Regex behavior differences from windows to Linux

Dust · January 17, 2017, 11:17am

Hi there,

i have this script:

parenthesized parts 7 of matches (regex"^([^\s]*)\s*([^\s]*)\s*([^\s]*)\s*([^\s]*)\s*([^\s]*)\s*([^\s]*)\s*([^\s]*)\s") of ((if it contains "&&" then it;("* * * * root "&it) of (matches (regex"&&.*")of it) else it ) of "28 0 * * * root test -x /etc/cron.daily/popularity-contest && /etc/cron.daily/popularity-contest --crond ")

it takes the string and returns only the commands (checking for multicommands with “&&”) in parenthesized part 7, it works fine in windows, with this outuput:

A: test A: /etc/cron.daily/popularity-contest T: 0.506 ms I: plural substring

but when i try it on Linux this is the output:

A: A: T: 1022

i saw that something is printed on parenthesized part 1:

A: 28 0 * * * root te A: * * * * root && /etc/cron.daily/popularity-conte T: 1384

why last words are cut? and why this behavior?

thank you in advance

JasonWalker · January 17, 2017, 1:58pm

Yes there are regex differences between platforms due to the underlying libraries provided on each platform. There’s a long discussion at Digit \d matching in regex

It seems the safest form is to use POSIX-compliant regexen such as [[:space:]]

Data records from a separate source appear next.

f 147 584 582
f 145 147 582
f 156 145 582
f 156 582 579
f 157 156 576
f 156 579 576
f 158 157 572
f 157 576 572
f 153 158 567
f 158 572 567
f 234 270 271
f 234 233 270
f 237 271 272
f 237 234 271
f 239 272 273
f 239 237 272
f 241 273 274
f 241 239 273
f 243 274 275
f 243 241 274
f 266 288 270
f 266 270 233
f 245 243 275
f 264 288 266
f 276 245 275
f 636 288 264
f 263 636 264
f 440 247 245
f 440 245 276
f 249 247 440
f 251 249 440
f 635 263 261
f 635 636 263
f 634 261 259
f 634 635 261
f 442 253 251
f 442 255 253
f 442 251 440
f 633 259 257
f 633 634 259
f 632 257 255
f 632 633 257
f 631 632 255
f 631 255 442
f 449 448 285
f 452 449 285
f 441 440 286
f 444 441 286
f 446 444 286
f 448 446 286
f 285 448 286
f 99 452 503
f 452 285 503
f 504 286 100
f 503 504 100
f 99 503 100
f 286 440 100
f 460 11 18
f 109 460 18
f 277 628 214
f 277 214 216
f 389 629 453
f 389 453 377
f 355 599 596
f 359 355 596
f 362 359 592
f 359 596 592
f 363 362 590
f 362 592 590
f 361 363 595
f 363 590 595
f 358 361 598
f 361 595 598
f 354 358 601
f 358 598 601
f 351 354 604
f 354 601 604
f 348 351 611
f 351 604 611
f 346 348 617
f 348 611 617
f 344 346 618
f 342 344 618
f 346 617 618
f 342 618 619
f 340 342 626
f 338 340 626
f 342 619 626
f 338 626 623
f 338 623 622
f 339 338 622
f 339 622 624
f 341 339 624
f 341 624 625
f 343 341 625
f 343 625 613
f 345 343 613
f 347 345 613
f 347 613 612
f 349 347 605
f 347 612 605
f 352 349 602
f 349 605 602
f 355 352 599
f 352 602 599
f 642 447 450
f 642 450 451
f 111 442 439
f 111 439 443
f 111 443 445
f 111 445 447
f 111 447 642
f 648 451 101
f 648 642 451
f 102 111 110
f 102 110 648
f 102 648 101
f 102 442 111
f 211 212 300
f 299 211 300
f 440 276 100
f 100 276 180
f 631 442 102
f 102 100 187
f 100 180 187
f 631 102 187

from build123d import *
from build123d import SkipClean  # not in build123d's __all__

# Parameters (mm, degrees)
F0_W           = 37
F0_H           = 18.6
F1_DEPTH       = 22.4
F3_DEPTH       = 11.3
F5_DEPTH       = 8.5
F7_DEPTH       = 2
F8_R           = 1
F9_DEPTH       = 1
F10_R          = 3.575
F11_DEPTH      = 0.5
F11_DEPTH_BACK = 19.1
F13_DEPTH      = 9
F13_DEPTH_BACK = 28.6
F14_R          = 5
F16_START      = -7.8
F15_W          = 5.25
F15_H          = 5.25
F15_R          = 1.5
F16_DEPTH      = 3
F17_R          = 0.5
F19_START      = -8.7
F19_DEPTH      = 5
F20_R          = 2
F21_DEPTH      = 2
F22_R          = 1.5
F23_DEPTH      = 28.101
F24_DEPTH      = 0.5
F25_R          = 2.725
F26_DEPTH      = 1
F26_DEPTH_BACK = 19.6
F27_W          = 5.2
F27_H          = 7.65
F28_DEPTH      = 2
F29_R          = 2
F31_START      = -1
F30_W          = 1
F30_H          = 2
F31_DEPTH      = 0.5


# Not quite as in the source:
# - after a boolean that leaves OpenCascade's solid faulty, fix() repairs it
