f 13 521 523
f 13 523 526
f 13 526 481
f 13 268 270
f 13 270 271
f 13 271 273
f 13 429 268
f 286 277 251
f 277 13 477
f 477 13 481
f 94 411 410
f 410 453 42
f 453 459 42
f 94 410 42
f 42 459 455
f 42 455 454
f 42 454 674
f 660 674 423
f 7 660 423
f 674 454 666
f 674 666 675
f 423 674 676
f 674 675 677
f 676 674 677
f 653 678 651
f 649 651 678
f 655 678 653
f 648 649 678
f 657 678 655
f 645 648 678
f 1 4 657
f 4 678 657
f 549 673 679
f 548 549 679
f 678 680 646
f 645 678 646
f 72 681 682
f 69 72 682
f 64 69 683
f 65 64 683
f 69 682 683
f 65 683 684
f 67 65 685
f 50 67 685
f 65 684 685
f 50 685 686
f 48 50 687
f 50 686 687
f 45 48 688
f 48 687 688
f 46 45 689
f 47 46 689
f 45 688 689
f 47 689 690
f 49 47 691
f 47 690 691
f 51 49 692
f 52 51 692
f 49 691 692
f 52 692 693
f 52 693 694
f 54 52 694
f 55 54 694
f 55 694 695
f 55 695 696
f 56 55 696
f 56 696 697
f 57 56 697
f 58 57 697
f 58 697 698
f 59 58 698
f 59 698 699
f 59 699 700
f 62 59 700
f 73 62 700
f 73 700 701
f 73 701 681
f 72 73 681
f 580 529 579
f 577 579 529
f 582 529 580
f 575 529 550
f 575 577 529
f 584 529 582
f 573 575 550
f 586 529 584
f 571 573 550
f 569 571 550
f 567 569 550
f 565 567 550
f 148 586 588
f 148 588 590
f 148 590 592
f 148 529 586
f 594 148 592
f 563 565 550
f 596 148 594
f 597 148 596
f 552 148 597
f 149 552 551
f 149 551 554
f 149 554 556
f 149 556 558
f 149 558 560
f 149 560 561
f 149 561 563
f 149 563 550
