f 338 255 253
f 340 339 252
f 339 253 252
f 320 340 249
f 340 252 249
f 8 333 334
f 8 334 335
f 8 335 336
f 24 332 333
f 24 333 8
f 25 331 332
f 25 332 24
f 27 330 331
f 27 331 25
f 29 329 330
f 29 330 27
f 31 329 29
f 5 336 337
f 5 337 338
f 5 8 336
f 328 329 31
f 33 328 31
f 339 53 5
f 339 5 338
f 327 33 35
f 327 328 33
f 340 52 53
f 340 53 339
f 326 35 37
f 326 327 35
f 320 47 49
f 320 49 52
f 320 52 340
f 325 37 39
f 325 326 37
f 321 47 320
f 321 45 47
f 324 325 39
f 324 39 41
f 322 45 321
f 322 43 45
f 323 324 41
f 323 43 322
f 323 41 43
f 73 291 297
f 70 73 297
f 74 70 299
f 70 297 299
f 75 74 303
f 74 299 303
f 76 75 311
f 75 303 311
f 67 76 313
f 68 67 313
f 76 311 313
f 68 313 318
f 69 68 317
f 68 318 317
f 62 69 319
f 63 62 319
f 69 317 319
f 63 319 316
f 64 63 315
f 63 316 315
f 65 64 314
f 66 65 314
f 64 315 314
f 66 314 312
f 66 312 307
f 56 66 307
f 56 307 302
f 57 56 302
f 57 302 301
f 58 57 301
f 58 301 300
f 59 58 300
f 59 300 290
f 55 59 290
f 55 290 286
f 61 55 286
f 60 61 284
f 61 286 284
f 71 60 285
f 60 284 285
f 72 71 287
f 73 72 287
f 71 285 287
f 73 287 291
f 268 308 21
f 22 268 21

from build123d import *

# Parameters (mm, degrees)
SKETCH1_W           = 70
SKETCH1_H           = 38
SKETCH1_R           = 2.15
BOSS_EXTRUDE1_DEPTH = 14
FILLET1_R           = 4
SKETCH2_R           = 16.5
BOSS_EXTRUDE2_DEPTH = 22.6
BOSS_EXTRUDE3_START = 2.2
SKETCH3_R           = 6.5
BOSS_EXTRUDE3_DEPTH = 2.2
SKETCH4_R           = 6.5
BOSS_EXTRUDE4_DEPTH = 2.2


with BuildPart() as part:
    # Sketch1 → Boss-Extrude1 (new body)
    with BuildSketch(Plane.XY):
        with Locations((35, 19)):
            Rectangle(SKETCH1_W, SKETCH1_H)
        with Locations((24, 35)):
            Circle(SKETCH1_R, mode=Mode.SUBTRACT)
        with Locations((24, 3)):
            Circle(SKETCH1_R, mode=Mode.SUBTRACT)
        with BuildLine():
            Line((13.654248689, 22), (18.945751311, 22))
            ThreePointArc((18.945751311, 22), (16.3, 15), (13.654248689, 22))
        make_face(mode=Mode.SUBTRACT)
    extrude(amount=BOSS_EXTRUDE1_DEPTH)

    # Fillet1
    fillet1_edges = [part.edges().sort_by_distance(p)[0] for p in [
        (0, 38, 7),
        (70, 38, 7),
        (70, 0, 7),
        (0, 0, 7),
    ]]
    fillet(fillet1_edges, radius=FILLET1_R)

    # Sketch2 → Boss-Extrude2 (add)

Dust · January 17, 2017, 4:54pm

Thank you, i saw that it will works also using
regex"[^ ]*"

that is " " as space

jgstew · January 17, 2017, 5:50pm

In general, I recommend narrowing the scope of what lines / strings you are actually parsing with RegEx by using lines containing and preceding text or following text and similar inspectors, as well as Whose filters. Often you don’t end up needing RegEx at all.

There are a few different reasons I recommend this approach over regex alone:

A regex that needs to handle any input and find just the string pattern you are looking for in particular is going to be much more complicated and error prone.
Regex can take an indeterminate amount of time to evaluate that varies based upon the input text. It is not possible to predict how long it will take with certainty. This is partially mitigated by having simplified regex that only operates on limited input text.
It can be hard to tell what a RegEx is supposed to do by just looking at the RegEx itself. It is non-obvious.
Every RegEx engine can have slightly different quirks, which can be annoying.
It is possible in some cases to have a RegEx that effectively results in an infinite loop that never resolves, which could have bad consequences. This usually depends on the RegEx engine, so I don’t think it applies to BigFix.

Benefits of RegEx over other methods alone:

sometimes it is the only option to accomplish the task
You may have existing RegEx that you are already using in other languages
Easier to find RegEx examples online.

In the cases where RegEx is the best method, in almost all cases you are better off using a hybrid approach, using a combination of string parsing, filtering, and RegEx.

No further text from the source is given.